Wow, some people reset for 5 hours+ and I'm here settling for only 1-2 hours. ;-;


----------



## Believe (Oct 4, 2016)

Yea normally I wouldve settled but honestly like 85% of the plots were in completely different areas that I couldnt accept. And then the one space off ones would just tilt me wayyy too much  sending out lots of luck to everyone!


----------



## Mura (Oct 4, 2016)

This is why when I made a second main town a couple weeks ago, I place benches, and Fountains all throughout the town, completely blocking spots where villager most likely plot. then after I have placed the max amount of projects (I believe its 30), I use Crash's cycle method and see the popular spots villagers will plot. Also make sure to place project(s) where you want to place your dreamies. then when you are ready to place a dream villager, demolish the according project. 

In fact I managed to place Marshal right where I wanted him, in less han 3 hours. And about an hour ago, I placed Lolly in about 8 tries!


----------



## RedRum2514 (Oct 4, 2016)

Geez guys, you're honestly complaining about just 5 or 10 hours? thats nothing! I end up plot resetting for days! Of course tho, this is without placing several pwp's, the pain of seeing them just 1 spot away...


----------



## LinkToTheWorld (Oct 4, 2016)

MaddisonGamer6 said:


> Geez guys, you're honestly complaining about just 5 or 10 hours? thats nothing! I end up plot resetting for days! Of course tho, this is without placing several pwp's, the pain of seeing them just 1 spot away...

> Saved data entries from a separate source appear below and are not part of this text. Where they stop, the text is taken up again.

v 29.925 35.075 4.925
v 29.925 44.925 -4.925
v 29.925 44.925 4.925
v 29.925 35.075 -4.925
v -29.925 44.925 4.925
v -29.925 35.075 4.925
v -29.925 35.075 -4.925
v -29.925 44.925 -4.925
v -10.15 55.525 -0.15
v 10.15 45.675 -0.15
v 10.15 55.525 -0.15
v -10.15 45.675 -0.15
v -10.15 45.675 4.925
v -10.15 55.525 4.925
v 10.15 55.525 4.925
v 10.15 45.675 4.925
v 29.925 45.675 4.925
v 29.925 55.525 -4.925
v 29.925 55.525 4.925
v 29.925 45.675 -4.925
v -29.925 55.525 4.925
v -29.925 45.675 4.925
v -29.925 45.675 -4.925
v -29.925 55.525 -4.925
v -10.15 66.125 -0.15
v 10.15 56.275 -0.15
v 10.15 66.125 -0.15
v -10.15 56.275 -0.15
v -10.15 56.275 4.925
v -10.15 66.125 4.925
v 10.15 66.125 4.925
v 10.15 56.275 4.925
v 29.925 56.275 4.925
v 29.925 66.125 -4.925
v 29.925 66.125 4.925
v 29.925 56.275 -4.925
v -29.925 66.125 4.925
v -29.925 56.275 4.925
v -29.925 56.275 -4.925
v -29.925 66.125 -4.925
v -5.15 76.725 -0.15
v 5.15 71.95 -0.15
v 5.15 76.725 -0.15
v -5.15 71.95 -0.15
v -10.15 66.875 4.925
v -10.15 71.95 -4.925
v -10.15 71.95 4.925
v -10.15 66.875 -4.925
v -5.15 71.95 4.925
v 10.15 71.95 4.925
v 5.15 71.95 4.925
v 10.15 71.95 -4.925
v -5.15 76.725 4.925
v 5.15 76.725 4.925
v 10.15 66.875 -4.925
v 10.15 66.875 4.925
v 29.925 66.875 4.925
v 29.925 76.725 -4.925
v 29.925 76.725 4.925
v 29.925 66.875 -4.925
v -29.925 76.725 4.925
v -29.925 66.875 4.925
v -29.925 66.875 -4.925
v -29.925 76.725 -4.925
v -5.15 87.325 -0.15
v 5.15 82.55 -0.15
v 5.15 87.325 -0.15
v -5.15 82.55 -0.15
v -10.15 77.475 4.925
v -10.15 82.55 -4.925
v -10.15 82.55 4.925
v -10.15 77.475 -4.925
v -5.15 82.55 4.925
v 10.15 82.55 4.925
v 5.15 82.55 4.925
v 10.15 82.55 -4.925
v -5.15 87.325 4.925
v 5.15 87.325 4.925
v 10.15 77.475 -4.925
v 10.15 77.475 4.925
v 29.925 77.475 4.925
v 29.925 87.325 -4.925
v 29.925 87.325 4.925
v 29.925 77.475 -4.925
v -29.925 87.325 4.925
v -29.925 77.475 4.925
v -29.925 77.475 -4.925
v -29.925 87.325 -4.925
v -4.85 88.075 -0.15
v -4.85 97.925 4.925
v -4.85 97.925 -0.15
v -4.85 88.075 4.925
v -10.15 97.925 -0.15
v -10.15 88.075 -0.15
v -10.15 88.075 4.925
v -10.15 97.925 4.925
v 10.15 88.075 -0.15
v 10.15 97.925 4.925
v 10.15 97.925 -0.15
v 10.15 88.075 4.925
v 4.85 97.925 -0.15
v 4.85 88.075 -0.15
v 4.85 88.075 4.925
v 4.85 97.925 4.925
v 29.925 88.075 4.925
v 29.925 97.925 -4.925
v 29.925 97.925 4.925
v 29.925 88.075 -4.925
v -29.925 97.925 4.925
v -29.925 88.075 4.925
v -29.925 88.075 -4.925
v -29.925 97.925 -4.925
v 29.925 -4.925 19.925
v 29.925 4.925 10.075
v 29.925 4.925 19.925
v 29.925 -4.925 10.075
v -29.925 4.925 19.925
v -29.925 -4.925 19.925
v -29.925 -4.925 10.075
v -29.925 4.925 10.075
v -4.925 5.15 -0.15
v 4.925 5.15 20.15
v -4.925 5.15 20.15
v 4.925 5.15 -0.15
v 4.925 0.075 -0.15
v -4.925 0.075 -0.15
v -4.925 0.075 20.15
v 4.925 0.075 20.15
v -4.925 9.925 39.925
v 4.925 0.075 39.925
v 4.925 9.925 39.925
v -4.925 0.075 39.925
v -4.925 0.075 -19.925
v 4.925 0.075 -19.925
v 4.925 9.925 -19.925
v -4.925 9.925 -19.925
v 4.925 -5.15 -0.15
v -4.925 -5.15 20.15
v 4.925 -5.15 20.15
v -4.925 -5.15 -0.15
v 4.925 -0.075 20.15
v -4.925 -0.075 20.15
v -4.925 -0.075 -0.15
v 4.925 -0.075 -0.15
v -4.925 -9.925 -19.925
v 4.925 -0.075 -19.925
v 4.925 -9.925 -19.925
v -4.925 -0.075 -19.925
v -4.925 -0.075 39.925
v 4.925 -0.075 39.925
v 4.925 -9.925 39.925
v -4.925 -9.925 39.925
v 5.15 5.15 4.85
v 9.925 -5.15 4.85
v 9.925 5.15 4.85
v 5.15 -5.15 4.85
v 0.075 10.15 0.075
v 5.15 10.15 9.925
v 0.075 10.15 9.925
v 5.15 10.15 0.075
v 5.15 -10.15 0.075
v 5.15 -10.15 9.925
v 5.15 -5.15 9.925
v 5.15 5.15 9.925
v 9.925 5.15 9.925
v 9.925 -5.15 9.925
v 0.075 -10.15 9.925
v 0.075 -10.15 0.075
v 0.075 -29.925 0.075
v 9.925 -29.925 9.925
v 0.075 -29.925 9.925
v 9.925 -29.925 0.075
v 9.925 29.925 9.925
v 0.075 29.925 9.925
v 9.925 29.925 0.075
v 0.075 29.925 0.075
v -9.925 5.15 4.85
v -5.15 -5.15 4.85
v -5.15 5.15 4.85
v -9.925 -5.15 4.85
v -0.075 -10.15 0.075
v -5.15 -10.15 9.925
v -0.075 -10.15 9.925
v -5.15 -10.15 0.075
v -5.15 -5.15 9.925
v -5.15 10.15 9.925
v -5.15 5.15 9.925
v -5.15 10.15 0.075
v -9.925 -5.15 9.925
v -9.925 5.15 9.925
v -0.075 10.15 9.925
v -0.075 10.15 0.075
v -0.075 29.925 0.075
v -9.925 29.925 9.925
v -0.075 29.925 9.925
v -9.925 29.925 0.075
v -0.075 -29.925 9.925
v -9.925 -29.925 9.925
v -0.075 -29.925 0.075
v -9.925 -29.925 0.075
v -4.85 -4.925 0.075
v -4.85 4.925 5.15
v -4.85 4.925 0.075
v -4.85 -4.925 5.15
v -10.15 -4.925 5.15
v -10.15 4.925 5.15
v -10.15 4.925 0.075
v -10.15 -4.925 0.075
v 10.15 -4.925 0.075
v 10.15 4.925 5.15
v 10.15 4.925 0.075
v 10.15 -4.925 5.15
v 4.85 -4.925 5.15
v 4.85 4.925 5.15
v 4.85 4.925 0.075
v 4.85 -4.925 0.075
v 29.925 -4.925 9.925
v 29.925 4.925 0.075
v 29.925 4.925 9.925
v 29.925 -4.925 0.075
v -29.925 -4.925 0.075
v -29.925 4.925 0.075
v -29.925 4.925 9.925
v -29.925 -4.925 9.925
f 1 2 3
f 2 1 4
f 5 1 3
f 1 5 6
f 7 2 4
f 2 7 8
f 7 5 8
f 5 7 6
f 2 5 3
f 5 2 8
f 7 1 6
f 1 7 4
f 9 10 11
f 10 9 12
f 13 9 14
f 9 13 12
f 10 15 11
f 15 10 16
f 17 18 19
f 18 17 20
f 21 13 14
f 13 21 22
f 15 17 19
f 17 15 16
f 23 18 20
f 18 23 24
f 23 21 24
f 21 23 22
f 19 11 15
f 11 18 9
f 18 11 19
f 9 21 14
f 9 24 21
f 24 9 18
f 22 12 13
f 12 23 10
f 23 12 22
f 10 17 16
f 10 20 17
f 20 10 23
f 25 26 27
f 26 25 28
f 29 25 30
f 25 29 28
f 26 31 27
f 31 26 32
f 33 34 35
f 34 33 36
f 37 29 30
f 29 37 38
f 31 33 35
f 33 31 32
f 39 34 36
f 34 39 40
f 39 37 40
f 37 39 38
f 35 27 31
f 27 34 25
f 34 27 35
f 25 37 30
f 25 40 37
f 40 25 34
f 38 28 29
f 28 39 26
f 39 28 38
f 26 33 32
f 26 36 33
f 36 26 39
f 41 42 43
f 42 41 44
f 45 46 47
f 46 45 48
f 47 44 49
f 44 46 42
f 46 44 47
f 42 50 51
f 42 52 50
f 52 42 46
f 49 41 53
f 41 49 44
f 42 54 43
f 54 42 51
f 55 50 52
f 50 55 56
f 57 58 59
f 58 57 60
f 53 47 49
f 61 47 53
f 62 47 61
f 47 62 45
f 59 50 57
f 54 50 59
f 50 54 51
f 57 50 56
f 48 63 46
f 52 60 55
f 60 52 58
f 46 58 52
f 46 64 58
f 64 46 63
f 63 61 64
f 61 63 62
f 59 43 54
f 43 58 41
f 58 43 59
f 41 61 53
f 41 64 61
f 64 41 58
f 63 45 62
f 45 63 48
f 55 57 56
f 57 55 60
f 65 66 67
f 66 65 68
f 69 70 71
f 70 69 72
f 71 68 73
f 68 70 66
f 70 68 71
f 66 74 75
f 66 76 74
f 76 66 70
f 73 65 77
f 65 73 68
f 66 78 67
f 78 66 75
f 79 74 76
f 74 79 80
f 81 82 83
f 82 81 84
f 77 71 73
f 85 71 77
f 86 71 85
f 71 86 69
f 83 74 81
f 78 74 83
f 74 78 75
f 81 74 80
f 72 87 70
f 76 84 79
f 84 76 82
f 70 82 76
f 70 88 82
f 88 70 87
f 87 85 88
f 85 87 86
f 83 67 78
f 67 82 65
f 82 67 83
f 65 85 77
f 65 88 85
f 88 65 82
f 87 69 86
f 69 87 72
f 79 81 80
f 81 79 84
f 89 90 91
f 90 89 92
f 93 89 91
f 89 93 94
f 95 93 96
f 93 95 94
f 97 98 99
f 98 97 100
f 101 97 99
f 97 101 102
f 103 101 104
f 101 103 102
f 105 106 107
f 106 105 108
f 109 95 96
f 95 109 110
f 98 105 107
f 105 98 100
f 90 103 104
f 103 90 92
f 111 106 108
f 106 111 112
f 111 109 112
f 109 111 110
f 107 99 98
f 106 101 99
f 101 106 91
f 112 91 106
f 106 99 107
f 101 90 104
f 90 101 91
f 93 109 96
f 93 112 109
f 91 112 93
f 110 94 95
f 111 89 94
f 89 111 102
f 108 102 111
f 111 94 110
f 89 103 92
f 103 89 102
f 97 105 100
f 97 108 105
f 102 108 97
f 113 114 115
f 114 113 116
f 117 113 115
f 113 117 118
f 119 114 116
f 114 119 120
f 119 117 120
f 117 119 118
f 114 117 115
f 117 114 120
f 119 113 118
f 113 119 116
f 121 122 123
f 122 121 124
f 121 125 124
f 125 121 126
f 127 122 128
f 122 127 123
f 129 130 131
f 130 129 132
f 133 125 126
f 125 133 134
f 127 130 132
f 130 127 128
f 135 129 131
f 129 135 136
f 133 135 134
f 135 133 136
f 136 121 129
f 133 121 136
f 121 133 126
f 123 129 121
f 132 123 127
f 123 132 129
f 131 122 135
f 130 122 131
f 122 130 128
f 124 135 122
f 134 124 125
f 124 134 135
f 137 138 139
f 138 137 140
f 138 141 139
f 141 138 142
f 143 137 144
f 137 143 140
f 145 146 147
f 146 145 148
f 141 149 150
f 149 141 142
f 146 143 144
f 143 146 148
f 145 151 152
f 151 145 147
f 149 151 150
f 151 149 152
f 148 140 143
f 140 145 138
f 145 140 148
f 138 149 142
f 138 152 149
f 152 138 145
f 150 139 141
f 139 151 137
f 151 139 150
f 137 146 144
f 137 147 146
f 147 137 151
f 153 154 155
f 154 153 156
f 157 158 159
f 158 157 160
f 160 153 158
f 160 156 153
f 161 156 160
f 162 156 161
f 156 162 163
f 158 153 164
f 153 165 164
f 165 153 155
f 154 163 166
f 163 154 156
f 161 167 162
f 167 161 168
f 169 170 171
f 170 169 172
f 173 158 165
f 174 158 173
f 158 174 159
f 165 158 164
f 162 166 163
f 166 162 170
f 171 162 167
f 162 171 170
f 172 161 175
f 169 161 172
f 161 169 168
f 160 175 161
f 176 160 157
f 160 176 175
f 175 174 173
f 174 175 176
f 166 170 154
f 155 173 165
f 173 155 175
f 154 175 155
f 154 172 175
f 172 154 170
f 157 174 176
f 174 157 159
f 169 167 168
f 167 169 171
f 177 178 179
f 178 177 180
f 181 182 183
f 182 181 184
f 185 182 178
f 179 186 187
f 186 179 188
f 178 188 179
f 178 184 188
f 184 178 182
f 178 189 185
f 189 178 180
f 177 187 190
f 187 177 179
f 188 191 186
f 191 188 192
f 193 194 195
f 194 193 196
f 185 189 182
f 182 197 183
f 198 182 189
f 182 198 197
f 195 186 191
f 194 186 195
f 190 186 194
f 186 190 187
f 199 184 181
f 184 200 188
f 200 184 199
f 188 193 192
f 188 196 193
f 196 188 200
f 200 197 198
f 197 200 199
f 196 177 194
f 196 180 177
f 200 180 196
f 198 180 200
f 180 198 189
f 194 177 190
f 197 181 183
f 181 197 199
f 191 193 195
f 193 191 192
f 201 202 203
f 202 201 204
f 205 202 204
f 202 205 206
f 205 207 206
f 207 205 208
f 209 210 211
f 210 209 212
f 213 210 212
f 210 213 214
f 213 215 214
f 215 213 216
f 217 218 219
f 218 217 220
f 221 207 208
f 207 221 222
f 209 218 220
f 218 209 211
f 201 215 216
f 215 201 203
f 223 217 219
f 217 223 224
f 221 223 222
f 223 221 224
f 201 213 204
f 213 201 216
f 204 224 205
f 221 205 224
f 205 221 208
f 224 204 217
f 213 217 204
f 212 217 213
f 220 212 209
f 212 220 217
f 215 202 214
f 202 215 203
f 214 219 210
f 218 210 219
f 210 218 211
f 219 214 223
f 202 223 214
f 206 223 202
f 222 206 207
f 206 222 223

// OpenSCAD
Unit=5;
Slack=.3; // 0.3 for printing, 3 for viewing solution
Laengde=12*Unit;
Bredde=2*Unit;
keys = [[0,0,0,0,0,0,0,0],
        [2,2,2,2,0,0,0,0],
        [2,2,2,2,0,0,0,0],
        [1,2,2,1,1,1,1,1],
        [1,2,2,1,1,1,1,1],
        [2,0,0,2,0,0,0,0]];
        
module cut(key){
    for (i = [0:3]) {
        if (key[i]!=0) {
            translate([(i)*Unit,-Unit,0])
            cube([Unit+Slack,key[i]*Unit+Slack,Unit+Slack],center=false);
        }
    }
    for (i = [4:7]) {
        if (key[i]!=0) {
            translate([(i-4)*Unit,-Unit,-Unit])
            cube([Unit+Slack,key[i]*Unit+Slack,Unit+Slack],center=false);
        }
    }
}

module pind(){
cube([Laengde-Slack/2,Bredde-Slack/2,Bredde-Slack/2], center = true);
} 

module stick(key) {
    difference(){
    pind();
    translate([-2*Unit-Slack/2,-Slack/2,-Slack/2])
        cut(key);
    }
}

translate([0,40,0])
for (i = [0:5] ) {
translate([0,i*2*(Unit+Slack),0])
stick(keys[i]);
}



// Comment out (*) for printing sticks
 translate([0,0,0]){
translate([0,0,3*Unit])
  rotate(0,[0,0,1])      
      rotate(0,[1,0,0])      
        stick(keys[0]); // 1

translate([0,Unit,2*Unit])
  rotate(90,[0,0,1])      
      rotate(-90,[0,1,0])      
        stick(keys[1]); // 5

translate([0,-1*Unit,2*Unit])
  rotate(90,[0,0,1])      
      rotate(90,[0,1,0])      
        stick(keys[2]); // 3

translate([1*Unit,0*Unit,1*Unit])
  rotate(-90,[0,0,1])      
      rotate(-0,[1,0,0])      
        stick(keys[3]); // 2

translate([-1*Unit,0,1*Unit])
  rotate(90,[0,0,1])      
      rotate(0,[1,0,0])      
        stick(keys[4]); // 4

translate([0*Unit,0*Unit,1*Unit])
  rotate(-0,[0,0,1])
    rotate(-0,[0,1,0])      
      rotate(180,[1,0,0])      
            stick(keys[5]); // 6

}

Yeah I would never do it for days, would just drive me crazy and I'd never get chance to get anything else done. Think it's worth the extra effort if you can get them as near as possible even if they don't go in the exact spot


----------



## Dim (Oct 4, 2016)

MaddisonGamer6 said:


> Geez guys, you're honestly complaining about just 5 or 10 hours? thats nothing! I end up plot resetting for days! Of course tho, this is without placing several pwp's, the pain of seeing them just 1 spot away...


6-7 days for me hbu? 

- - - Post Merge - - -

Almost got the spot I wanted but uhhhhhh why couldn't it just be a few spots to the right :[


----------



## Believe (Oct 4, 2016)

Nox said:


> 6-7 days for me hbu?
> 
> - - - Post Merge - - -
> 
> Almost got the spot I wanted but uhhhhhh why couldn't it just be a few spots to the right :[



Don't give up!


----------



## Dim (Oct 5, 2016)

I know I've been *****ing in this thread a lot but my god it's been over a week and I KEEP GETTING THE SAME DAMN PLOT! They say shutting the 3ds off all together stops pattern yet I've seen them in the same freaking plot for days it's ridiculous. I've had enough


----------



## Believe (Oct 5, 2016)

Nox said:


> I know I've been *****ing in this thread a lot but my god it's been over a week and I KEEP GETTING THE SAME DAMN PLOT! They say shutting the 3ds off all together stops pattern yet I've seen them in the same freaking plot for days it's ridiculous. I've had enough



omg you're still resetting???? Are you sure they can plot there? D:


----------



## dizzy bone (Oct 5, 2016)

I remember resetting for a few days for Biskit to get him next to Goldie.


----------



## OliviaTheCreep (Oct 5, 2016)

I can't wait for the hell it'll be when I finally get chrissy and try to get her to plot right next to francine. It's gonna be sooooo much fun (sarcasm)


----------



## Believe (Oct 6, 2016)

*slowly dies* I finally got Maple, and I had so many days to prep for her. But in the end I pickd her up on a day I scheduled to demolish a pwp so I couldnt set one up in the area that they keep plotting on whenever I reset so it's happening AGAIN. Idk why theyre so attracted to that area! Sigh, it's been a few hours


----------



## dankity (Oct 6, 2016)

i don't even
that's it


----------



## Dim (Oct 7, 2016)

Believe said:


> omg you're still resetting???? Are you sure they can plot there? D:


Pretty sure. There should be plenty of room it's only 1-2 spaces to the left of Mint's house but at this point...

- - - Post Merge - - -

I am starting to get bored of acnl now. wonderful lol


----------



## ChillyKio (Oct 7, 2016)

Bringing up this thread again because I'm now plot resetting for Muffy. Wish me luck  !


----------



## Believe (Oct 7, 2016)

ChillyKio said:


> Bringing up this thread again because I'm now plot resetting for Muffy. Wish me luck  !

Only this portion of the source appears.